In casual conversations at the grocery store, we hear it time and time again…. “We haven’t had a real winter in X years.” Each year, it goes up a bit, and the number depends on your age.
Olde timers say the last “real winter” was 30+ years ago, back when storms packed your doorway in with snow, and you couldn’t see out the windows without shoveling. I’ve never seen one of those winters.
The last “real winter” I remember was 10 years ago, the winter I was pregnant with my daughter. I remember shoveling paths through hip-deep snow to feed the pigs, trying to find a way to make the shovel work around my baby’s snug cocoon on the front of my body.
That January, my husband had to travel for work, and it didn’t go above zero the whole time he was gone. Living off the grid and heating solely with wood, I did little else but tote and haul my heat all week and try to fight back the -27-degree temps.
I suspect the responsibility felt even heavier, given my daughter was still inside me, and that weight just couldn’t be put down. At least she was warm.
That was the last time, though.
The last time it got really cold here on the homestead. The last winter with more than a few inches of snow in a go.
The last white Christmas.
We joke that my daughter is our sweet summer child, born just after the last cold winters.
Every year since, we’ve had grass on Christmas. Rain. Ice storms too, sometimes floods, and then more rain.
Our New Year’s Eve snowshoe tradition has been replaced by soccer games, sometimes with ice spikes on, but soccer games nonetheless. Last year, my kids were hoping for yard camping.
In truth, less snow and warmer temperatures actually means a harder winter most years.
Less snow, yes. But more ice.
And when we do get snow, it’s heavy wet snow that sticks to everything, and bends tree branches to the point of breaking, before melting into slush a day or two later.
Two inches of rain, melting off the insulating blanket on the ground, then a freeze that dives deep into the soil, spoiling foundations, freezing pipes, and rutting roads.
Even with -30 degree temps, the frost only drives so deep when there’s 4 feet of snow on the ground. Snow is mostly air, and it’s a great insulator. But with a slick inch of ice on the ground, temps above zero drive deeper.
The ground freezes deeper.
Foundations that were deep enough to handle the “hard winters” of times gone past heave and buckle, as the temperatures swing back and forth above zero.
Pipes freeze.

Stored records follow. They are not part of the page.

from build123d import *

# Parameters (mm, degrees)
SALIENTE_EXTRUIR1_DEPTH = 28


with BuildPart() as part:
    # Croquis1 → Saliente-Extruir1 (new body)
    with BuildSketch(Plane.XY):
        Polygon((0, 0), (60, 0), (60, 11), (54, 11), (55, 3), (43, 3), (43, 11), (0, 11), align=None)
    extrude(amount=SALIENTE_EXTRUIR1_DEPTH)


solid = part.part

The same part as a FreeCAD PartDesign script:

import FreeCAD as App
import Part
import Sketcher
Q = App.Units.Quantity

doc = App.newDocument("Part")
body = doc.addObject("PartDesign::Body", "Body")

sketch1 = body.newObject("Sketcher::SketchObject", "Sketch")
sketch1.AttachmentSupport = (doc.getObject("XY_Plane"), [""])
sketch1.MapMode = "FlatFace"
sketch1.addGeometry(Part.LineSegment(App.Vector(0, 0, 0), App.Vector(60, 0, 0)), False)
sketch1.addGeometry(Part.LineSegment(App.Vector(60, 0, 0), App.Vector(60, 11, 0)), False)
sketch1.addGeometry(Part.LineSegment(App.Vector(60, 11, 0), App.Vector(54, 11, 0)), False)
sketch1.addGeometry(Part.LineSegment(App.Vector(54, 11, 0), App.Vector(55, 3, 0)), False)
sketch1.addGeometry(Part.LineSegment(App.Vector(55, 3, 0), App.Vector(43, 3, 0)), False)
sketch1.addGeometry(Part.LineSegment(App.Vector(43, 3, 0), App.Vector(43, 11, 0)), False)
sketch1.addGeometry(Part.LineSegment(App.Vector(43, 11, 0), App.Vector(0, 11, 0)), False)
sketch1.addGeometry(Part.LineSegment(App.Vector(0, 11, 0), App.Vector(0, 0, 0)), False)
sketch1.addConstraint(Sketcher.Constraint("Coincident", 0, 2, 1, 1))
sketch1.addConstraint(Sketcher.Constraint("Coincident", 1, 2, 2, 1))
sketch1.addConstraint(Sketcher.Constraint("Coincident", 2, 2, 3, 1))
sketch1.addConstraint(Sketcher.Constraint("Coincident", 3, 2, 4, 1))
sketch1.addConstraint(Sketcher.Constraint("Coincident", 4, 2, 5, 1))
sketch1.addConstraint(Sketcher.Constraint("Coincident", 5, 2, 6, 1))
sketch1.addConstraint(Sketcher.Constraint("Coincident", 6, 2, 7, 1))
sketch1.addConstraint(Sketcher.Constraint("Coincident", 7, 2, 0, 1))
sketch1.addConstraint(Sketcher.Constraint("Horizontal", 0))
sketch1.addConstraint(Sketcher.Constraint("Vertical", 1))
sketch1.addConstraint(Sketcher.Constraint("Horizontal", 2))
sketch1.addConstraint(Sketcher.Constraint("Horizontal", 4))
sketch1.addConstraint(Sketcher.Constraint("Vertical", 5))
sketch1.addConstraint(Sketcher.Constraint("Horizontal", 6))
sketch1.addConstraint(Sketcher.Constraint("Vertical", 7))
sketch1.addConstraint(Sketcher.Constraint("Coincident", 7, 2, -1, 1))
sketch1.addConstraint(Sketcher.Constraint("Horizontal", 2, 2, 5, 2))
sketch1.addConstraint(Sketcher.Constraint("DistanceX", 0, 1, 0, 2, Q("60 mm")))
sketch1.addConstraint(Sketcher.Constraint("DistanceX", 2, 2, 2, 1, Q("6 mm")))
sketch1.addConstraint(Sketcher.Constraint("DistanceX", 4, 2, 4, 1, Q("12 mm")))
sketch1.addConstraint(Sketcher.Constraint("DistanceX", 6, 2, 6, 1, Q("43 mm")))
sketch1.addConstraint(Sketcher.Constraint("DistanceY", 1, 1, 1, 2, Q("11 mm")))
sketch1.addConstraint(Sketcher.Constraint("DistanceY", 5, 1, 5, 2, Q("8 mm")))
pad1 = body.newObject("PartDesign::Pad", "Pad")
pad1.Profile = sketch1
pad1.Length = 28

doc.recompute()
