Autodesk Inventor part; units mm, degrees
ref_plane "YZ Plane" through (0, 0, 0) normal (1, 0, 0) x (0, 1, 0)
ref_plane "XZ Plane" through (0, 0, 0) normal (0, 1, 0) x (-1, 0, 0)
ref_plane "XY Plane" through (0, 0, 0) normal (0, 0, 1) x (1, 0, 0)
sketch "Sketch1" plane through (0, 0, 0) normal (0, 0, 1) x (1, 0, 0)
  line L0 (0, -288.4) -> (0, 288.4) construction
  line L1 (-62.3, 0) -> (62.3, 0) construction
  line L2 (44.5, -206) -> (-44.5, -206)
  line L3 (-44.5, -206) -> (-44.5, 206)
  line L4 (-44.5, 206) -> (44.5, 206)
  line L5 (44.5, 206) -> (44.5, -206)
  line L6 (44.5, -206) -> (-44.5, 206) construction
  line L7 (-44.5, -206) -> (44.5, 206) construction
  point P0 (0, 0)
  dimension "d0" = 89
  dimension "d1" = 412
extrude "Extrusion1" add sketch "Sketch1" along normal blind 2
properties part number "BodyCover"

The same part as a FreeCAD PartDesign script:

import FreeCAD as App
import Part
import Sketcher
from FreeCAD import Vector


def add_polygon(sketch, points):
    """Adds a closed chain of lines whose ends are joined by coincident constraints."""
    first, n = sketch.GeometryCount, len(points)
    for a, b in zip(points, points[1:] + points[:1]):
        sketch.addGeometry(Part.LineSegment(App.Vector(*a, 0), App.Vector(*b, 0)), False)
    for i in range(n):
        sketch.addConstraint(Sketcher.Constraint("Coincident", first + i, 2, first + (i + 1) % n, 1))

doc = App.newDocument("Part")
body = doc.addObject("PartDesign::Body", "Body")

sketch1 = body.newObject("Sketcher::SketchObject", "Sketch")
sketch1.AttachmentSupport = (doc.getObject("XY_Plane"), [""])
sketch1.MapMode = "FlatFace"
add_polygon(sketch1, [(-44.5, -206), (44.5, -206), (44.5, 206), (-44.5, 206)])
sketch1.addConstraint([
    Sketcher.Constraint("Horizontal", 0),
    Sketcher.Constraint("Vertical", 1),
    Sketcher.Constraint("Horizontal", 2),
    Sketcher.Constraint("Vertical", 3),
    Sketcher.Constraint("Symmetric", 0, 2, 2, 2, -1, 1),
    Sketcher.Constraint("DistanceX", 0, 1, 0, 2, 89.0),
    Sketcher.Constraint("DistanceY", 1, 1, 1, 2, 412.0),
])
pad1 = body.newObject("PartDesign::Pad", "Pad")
pad1.Profile = sketch1
pad1.Length = 2

doc.recompute()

Rivers freeze, then thaw, then dam with ice and spill over onto the land.
Kids learn that those “Frost Heaves” signs on the side of the road are not, in fact, commemorations of places where the famous Robert Frost Lost his lunch. (My dad always told us that.)

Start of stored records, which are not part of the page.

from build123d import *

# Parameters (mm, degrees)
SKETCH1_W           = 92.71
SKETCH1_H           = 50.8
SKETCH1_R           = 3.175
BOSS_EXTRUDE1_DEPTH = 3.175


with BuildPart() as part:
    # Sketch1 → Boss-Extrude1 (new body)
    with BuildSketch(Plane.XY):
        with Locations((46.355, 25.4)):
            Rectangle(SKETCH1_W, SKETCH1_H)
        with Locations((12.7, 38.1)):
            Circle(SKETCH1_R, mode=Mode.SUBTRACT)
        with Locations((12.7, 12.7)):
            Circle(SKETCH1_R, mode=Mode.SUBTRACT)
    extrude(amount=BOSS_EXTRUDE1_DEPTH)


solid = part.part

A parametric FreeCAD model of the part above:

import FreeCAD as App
import Part
import Sketcher

V = App.Vector
Q = App.Units.Quantity


def add_polygon(sketch, points):
    """Adds a closed chain of lines whose ends are joined by coincident constraints."""
    first, n = sketch.GeometryCount, len(points)
    for a, b in zip(points, points[1:] + points[:1]):
        sketch.addGeometry(Part.LineSegment(App.Vector(*a, 0), App.Vector(*b, 0)), False)
    for i in range(n):
        sketch.addConstraint(Sketcher.Constraint("Coincident", first + i, 2, first + (i + 1) % n, 1))

doc = App.newDocument("Part")
params = doc.addObject("Spreadsheet::Sheet", "Params")
for row, (alias, value) in enumerate([
    ("sketch1_diameter", "0.25 in"),
    ("sketch1_height", "2 in"),
    ("sketch1_width", "3.65 in"),
    ("pad1_length", "0.125 in"),
], start=1):
    params.set(f"A{row}", alias)
    params.set(f"B{row}", "=" + value)
    params.setAlias(f"B{row}", alias)

body = doc.addObject("PartDesign::Body", "Body")

# Sketch on XY plane
sketch1 = body.newObject("Sketcher::SketchObject", "Sketch")
sketch1.AttachmentSupport = (doc.getObject("XY_Plane"), [""])
sketch1.MapMode = "FlatFace"
add_polygon(sketch1, [(0, 50.8), (0, 0), (92.7, 0), (92.7, 50.8)])  # lines 0-3
sketch1.addGeometry(Part.Circle(V(12.7, 12.7, 0), V(0, 0, 1), 3.2), False)  # 4
sketch1.addGeometry(Part.Circle(V(12.7, 38.1, 0), V(0, 0, 1), 3.2), False)  # 5
sketch1.addConstraint([
    Sketcher.Constraint("Vertical", 0),
    Sketcher.Constraint("Horizontal", 1),
    Sketcher.Constraint("Vertical", 2),
    Sketcher.Constraint("Horizontal", 3),
    Sketcher.Constraint("Coincident", 0, 2, -1, 1),
    Sketcher.Constraint("Equal", 4, 5),
    Sketcher.Constraint("Vertical", 4, 3, 5, 3),
    Sketcher.Constraint("Diameter", 4, Q("0.25 in")),
    Sketcher.Constraint("DistanceY", 0, 2, 0, 1, Q("2 in")),
    Sketcher.Constraint("DistanceY", 4, 3, 5, 3, Q("1 in")),
    Sketcher.Constraint("DistanceX", 1, 1, 1, 2, Q("3.65 in")),
    Sketcher.Constraint("DistanceX", -1, 1, 4, 3, Q("0.5 in")),
    Sketcher.Constraint("DistanceY", -1, 1, 4, 3, Q("0.5 in")),
])
sketch1.setExpression("Constraints[11]", "Params.sketch1_diameter")
sketch1.setExpression("Constraints[12]", "Params.sketch1_height")
sketch1.setExpression("Constraints[14]", "Params.sketch1_width")
pad1 = body.newObject("PartDesign::Pad", "Pad")
pad1.Profile = sketch1
pad1.setExpression("Length", "Params.pad1_length")

doc.recompute()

They’re instead places where you bust a tie rod and spoil an axle.
So here I am, chipping ice off the path by my front door, and thinking about peaches.

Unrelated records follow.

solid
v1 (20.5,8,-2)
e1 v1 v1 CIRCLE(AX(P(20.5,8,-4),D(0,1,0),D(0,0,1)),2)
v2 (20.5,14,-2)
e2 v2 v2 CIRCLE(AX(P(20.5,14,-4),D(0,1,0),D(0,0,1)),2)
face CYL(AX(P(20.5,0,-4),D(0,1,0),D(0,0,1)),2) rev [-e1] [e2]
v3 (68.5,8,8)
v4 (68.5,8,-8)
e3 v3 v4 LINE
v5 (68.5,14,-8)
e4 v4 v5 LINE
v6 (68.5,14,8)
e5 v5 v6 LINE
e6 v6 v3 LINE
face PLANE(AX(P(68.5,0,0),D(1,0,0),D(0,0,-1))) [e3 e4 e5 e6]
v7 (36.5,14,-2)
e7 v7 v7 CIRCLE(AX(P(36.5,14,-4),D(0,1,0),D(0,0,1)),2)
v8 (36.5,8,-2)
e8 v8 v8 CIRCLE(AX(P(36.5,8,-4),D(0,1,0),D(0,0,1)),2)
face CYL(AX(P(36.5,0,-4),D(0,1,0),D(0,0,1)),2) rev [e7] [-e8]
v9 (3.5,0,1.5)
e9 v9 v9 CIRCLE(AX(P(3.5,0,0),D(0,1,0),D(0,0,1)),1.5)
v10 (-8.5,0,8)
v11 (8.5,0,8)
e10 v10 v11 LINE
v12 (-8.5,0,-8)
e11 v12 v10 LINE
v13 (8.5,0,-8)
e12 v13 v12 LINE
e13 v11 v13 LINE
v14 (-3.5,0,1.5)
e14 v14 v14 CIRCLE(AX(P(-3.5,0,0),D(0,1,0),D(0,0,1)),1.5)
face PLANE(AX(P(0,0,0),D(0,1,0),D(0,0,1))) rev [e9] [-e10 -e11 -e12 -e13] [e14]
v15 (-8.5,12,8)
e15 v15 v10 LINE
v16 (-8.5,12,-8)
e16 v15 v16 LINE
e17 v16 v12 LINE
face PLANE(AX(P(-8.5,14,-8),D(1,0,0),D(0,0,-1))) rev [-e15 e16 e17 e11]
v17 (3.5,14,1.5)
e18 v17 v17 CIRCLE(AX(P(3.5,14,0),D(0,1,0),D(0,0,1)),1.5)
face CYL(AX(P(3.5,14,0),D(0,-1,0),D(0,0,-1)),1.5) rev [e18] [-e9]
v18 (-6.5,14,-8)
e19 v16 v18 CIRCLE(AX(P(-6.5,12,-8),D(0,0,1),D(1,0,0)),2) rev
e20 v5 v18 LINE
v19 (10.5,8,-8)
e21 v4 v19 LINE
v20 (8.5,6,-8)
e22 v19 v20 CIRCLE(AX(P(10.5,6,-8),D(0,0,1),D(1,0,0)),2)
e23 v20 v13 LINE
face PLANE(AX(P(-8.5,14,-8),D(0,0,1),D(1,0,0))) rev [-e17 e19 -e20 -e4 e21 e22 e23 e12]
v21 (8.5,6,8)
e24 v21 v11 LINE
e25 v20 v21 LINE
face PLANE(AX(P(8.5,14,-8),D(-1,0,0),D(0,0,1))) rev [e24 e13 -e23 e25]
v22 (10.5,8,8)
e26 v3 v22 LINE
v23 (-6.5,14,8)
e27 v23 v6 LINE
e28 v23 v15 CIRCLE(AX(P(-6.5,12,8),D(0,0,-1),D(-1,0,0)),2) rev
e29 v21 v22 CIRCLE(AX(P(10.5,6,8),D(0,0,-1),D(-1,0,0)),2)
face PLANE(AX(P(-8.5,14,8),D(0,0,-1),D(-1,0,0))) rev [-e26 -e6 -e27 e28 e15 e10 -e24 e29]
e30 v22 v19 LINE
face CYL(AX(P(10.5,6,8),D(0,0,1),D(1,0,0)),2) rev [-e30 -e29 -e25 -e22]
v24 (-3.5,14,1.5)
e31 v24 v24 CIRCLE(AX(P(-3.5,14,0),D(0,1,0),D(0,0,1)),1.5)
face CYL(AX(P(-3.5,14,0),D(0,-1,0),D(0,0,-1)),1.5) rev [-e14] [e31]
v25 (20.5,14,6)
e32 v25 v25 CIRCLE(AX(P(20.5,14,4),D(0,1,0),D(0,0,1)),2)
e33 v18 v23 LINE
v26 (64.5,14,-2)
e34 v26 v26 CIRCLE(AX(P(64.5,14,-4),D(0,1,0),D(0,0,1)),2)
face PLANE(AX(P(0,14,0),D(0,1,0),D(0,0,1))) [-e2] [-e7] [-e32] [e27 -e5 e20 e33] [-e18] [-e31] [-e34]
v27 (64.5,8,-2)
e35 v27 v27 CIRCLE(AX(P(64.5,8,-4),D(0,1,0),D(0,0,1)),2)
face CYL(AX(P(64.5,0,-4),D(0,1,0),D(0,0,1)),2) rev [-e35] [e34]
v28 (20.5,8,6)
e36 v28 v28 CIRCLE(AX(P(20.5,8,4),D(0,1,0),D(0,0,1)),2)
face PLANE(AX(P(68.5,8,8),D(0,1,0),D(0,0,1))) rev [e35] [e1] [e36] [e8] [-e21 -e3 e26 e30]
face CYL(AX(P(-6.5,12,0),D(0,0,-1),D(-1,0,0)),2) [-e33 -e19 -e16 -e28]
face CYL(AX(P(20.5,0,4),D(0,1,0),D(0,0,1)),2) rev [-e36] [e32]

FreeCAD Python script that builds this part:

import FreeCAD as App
import Part
import Sketcher
Q = App.Units.Quantity


def edges_at(feature, points):
    """Names of the edges that pass closest to the given points."""
    edges = feature.Shape.Edges
    near = lambda p: min(range(len(edges)), key=lambda i: edges[i].distToShape(Part.Vertex(*p))[0])
    return sorted({f"Edge{near(p) + 1}" for p in points})

doc = App.newDocument("Part")
params = doc.addObject("Spreadsheet::Sheet", "Params")
for row, (alias, value) in enumerate([
    ("sketch1_diameter", "3 mm"),
    ("sketch1_width", "17 mm"),
    ("sketch1_height", "16 mm"),
    ("pad1_length", "14 mm"),
    ("sketch2_width", "6 mm"),
    ("sketch2_height", "16 mm"),
    ("pad2_length", "60 mm"),
    ("sketch3_diameter", "4 mm"),
    ("fillet_radius", "2 mm"),
    ("fillet2_radius", "2 mm"),
], start=1):
    params.set(f"A{row}", alias)
    params.set(f"B{row}", "=" + value)
    params.setAlias(f"B{row}", alias)

body = doc.addObject("PartDesign::Body", "Body")

# Sketch on XZ plane
sketch1 = doc.addObject("Sketcher::SketchObject", "Sketch")
body.addObject(sketch1)
sketch1.AttachmentSupport = (doc.XZ_Plane, [""])
sketch1.MapMode = "FlatFace"
sketch1.addGeometry([
    Part.LineSegment(App.Vector(-8.5, -8, 0), App.Vector(-8.5, 8, 0)),  # 0
    Part.LineSegment(App.Vector(-8.5, 8, 0), App.Vector(8.5, 8, 0)),  # 1
    Part.LineSegment(App.Vector(8.5, 8, 0), App.Vector(8.5, -8, 0)),  # 2
    Part.LineSegment(App.Vector(8.5, -8, 0), App.Vector(-8.5, -8, 0)),  # 3
    Part.Circle(App.Vector(-3.5, 0, 0), App.Vector(0, 0, 1), 1.5),  # 4
    Part.Circle(App.Vector(3.5, 0, 0), App.Vector(0, 0, 1), 1.5),  # 5
], False)
sketch1.addConstraint([
    Sketcher.Constraint("Coincident", 0, 2, 1, 1),
    Sketcher.Constraint("Coincident", 1, 2, 2, 1),
    Sketcher.Constraint("Coincident", 2, 2, 3, 1),
    Sketcher.Constraint("Coincident", 3, 2, 0, 1),
    Sketcher.Constraint("Vertical", 0),
    Sketcher.Constraint("Horizontal", 1),
    Sketcher.Constraint("Vertical", 2),
    Sketcher.Constraint("Horizontal", 3),
    Sketcher.Constraint("Equal", 4, 5),
    Sketcher.Constraint("Symmetric", 4, 3, 5, 3, -1, 1),
    Sketcher.Constraint("Symmetric", 0, 2, 2, 2, -1, 1),
    Sketcher.Constraint("PointOnObject", 4, 3, -1),
    Sketcher.Constraint("Diameter", 4, Q("3 mm")),
    Sketcher.Constraint("DistanceX", 1, 1, 1, 2, Q("17 mm")),
    Sketcher.Constraint("DistanceY", 0, 1, 0, 2, Q("16 mm")),
    Sketcher.Constraint("DistanceX", 4, 3, 5, 3, Q("7 mm")),
])
sketch1.setExpression("Constraints[12]", "Params.sketch1_diameter")
sketch1.setExpression("Constraints[13]", "Params.sketch1_width")
sketch1.setExpression("Constraints[14]", "Params.sketch1_height")
pad1 = doc.addObject("PartDesign::Pad", "Pad")
body.addObject(pad1)
pad1.Profile = sketch1
pad1.setExpression("Length", "Params.pad1_length")
pad1.Reversed = True

# Sketch on YZ plane
sketch2 = doc.addObject("Sketcher::SketchObject", "Sketch001")
body.addObject(sketch2)
sketch2.AttachmentSupport = (doc.YZ_Plane, [""])
sketch2.MapMode = "FlatFace"
sketch2.AttachmentOffset = App.Placement(App.Vector(0, 0, 8.5), App.Rotation())
sketch2.addGeometry([
    Part.LineSegment(App.Vector(14, 8, 0), App.Vector(8, 8, 0)),
    Part.LineSegment(App.Vector(8, 8, 0), App.Vector(8, -8, 0)),
    Part.LineSegment(App.Vector(8, -8, 0), App.Vector(14, -8, 0)),
    Part.LineSegment(App.Vector(14, -8, 0), App.Vector(14, 8, 0)),
], False)
sketch2.addConstraint([
    Sketcher.Constraint("Coincident", 0, 2, 1, 1),
    Sketcher.Constraint("Coincident", 1, 2, 2, 1),
    Sketcher.Constraint("Coincident", 2, 2, 3, 1),
    Sketcher.Constraint("Coincident", 3, 2, 0, 1),
    Sketcher.Constraint("Horizontal", 0),
    Sketcher.Constraint("Vertical", 1),
    Sketcher.Constraint("Horizontal", 2),
    Sketcher.Constraint("Vertical", 3),
    Sketcher.Constraint("DistanceX", 0, 2, 0, 1, Q("6 mm")),
    Sketcher.Constraint("DistanceY", 1, 2, 1, 1, Q("16 mm")),
    Sketcher.Constraint("DistanceX", -1, 1, 0, 2, Q("8 mm")),
    Sketcher.Constraint("DistanceY", -1, 1, 0, 2, Q("8 mm")),
])
sketch2.setExpression("Constraints[8]", "Params.sketch2_width")
sketch2.setExpression("Constraints[9]", "Params.sketch2_height")
pad2 = doc.addObject("PartDesign::Pad", "Pad001")
body.addObject(pad2)
pad2.Profile = sketch2
pad2.setExpression("Length", "Params.pad2_length")

# Sketch on XZ plane
sketch3 = doc.addObject("Sketcher::SketchObject", "Sketch002")
body.addObject(sketch3)
sketch3.AttachmentSupport = (doc.XZ_Plane, [""])
sketch3.MapMode = "FlatFace"
sketch3.AttachmentOffset = App.Placement(App.Vector(0, 0, -14), App.Rotation())
sketch3.addGeometry([
    Part.Circle(App.Vector(36.5, -4, 0), App.Vector(0, 0, 1), 2),
    Part.Circle(App.Vector(64.5, -4, 0), App.Vector(0, 0, 1), 2),
    Part.Circle(App.Vector(20.5, -4, 0), App.Vector(0, 0, 1), 2),
    Part.Circle(App.Vector(20.5, 4, 0), App.Vector(0, 0, 1), 2),
], False)
sketch3.addConstraint([
    Sketcher.Constraint("Equal", 0, 1),
    Sketcher.Constraint("Equal", 1, 2),
    Sketcher.Constraint("Equal", 2, 3),
    Sketcher.Constraint("Symmetric", 2, 3, 3, 3, -1),
    Sketcher.Constraint("Horizontal", 0, 3, 1, 3),
    Sketcher.Constraint("Horizontal", 1, 3, 2, 3),
    Sketcher.Constraint("Diameter", 0, Q("4 mm")),
    Sketcher.Constraint("DistanceY", 0, 3, -1, 1, Q("4 mm")),
    Sketcher.Constraint("DistanceX", 0, 3, 1, 3, Q("28 mm")),
    Sketcher.Constraint("DistanceX", 2, 3, 0, 3, Q("16 mm")),
    Sketcher.Constraint("DistanceX", -1, 1, 0, 3, Q("36.5 mm")),
])
sketch3.setExpression("Constraints[6]", "Params.sketch3_diameter")
pocket1 = doc.addObject("PartDesign::Pocket", "Pocket")
body.addObject(pocket1)
pocket1.Profile = sketch3
pocket1.Type = "ThroughAll"
pocket1.Reversed = True
doc.recompute()

fillet = doc.addObject("PartDesign::Fillet", "Fillet")
body.addObject(fillet)
fillet.Base = (pocket1, edges_at(pocket1, [(8.5, 8, 0)]))
fillet.setExpression("Radius", "Params.fillet_radius")
doc.recompute()

fillet2 = doc.addObject("PartDesign::Fillet", "Fillet001")
body.addObject(fillet2)
fillet2.Base = (fillet, edges_at(fillet, [(-8.5, 14, 0)]))
fillet2.setExpression("Radius", "Params.fillet2_radius")

doc.recompute()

Fresh, sweet, juicy peaches.
We’ve shifted from a cold zone 3/4 all the way up to a zone 5.
And now we can grow Peaches. And Almonds. And Pecans.
Mulberries. Persimmons. Pawpaws. Asian Pears. Rainier Cherries.
And Figs, yes, even Figs.
Maybe this year will bring snow, and colder temps. That’s ok. Peaches are short-lived trees anyway. Or maybe just more rain (on top of the two inches from yesterday).
We can have a white Christmas, or we can have peaches and ice.
And my sweet summer child is as excited about peaches as she is about snowball fights, so either way, she’s happy.
Until Next Time,
Ashley at PracticalSelfReliance
I’m in NC zone 8a now (I miss being zone 7b). With the warmer winters I get concerned if we will have enough chill hours to allow the fruit trees to thrive. You mentioned frost heaves and that brings back memories of growing up in central NH during the 80s. Since it was the 80s and there was no supervision or discipline…we used to sit on the back seats of the school bus crouched down with our feet on the seats. When we would hit a frost heaves, we’d be thrown up several feet into the air. I think we nearly hit the roof at times. Totally unsafe but it was a blast. And the bus drivers didn’t care. Looked forward to April every year because of the frost heaves. Blessings to you during this season.
Love the warm winters. The extended growing season is terrific. Breaking ice so the animals can drink is something we don't like to do all the time. But the cold will come back. It's been changing back and forth forever. I think that impressive Tonga volcano steamed us up pretty well, lately.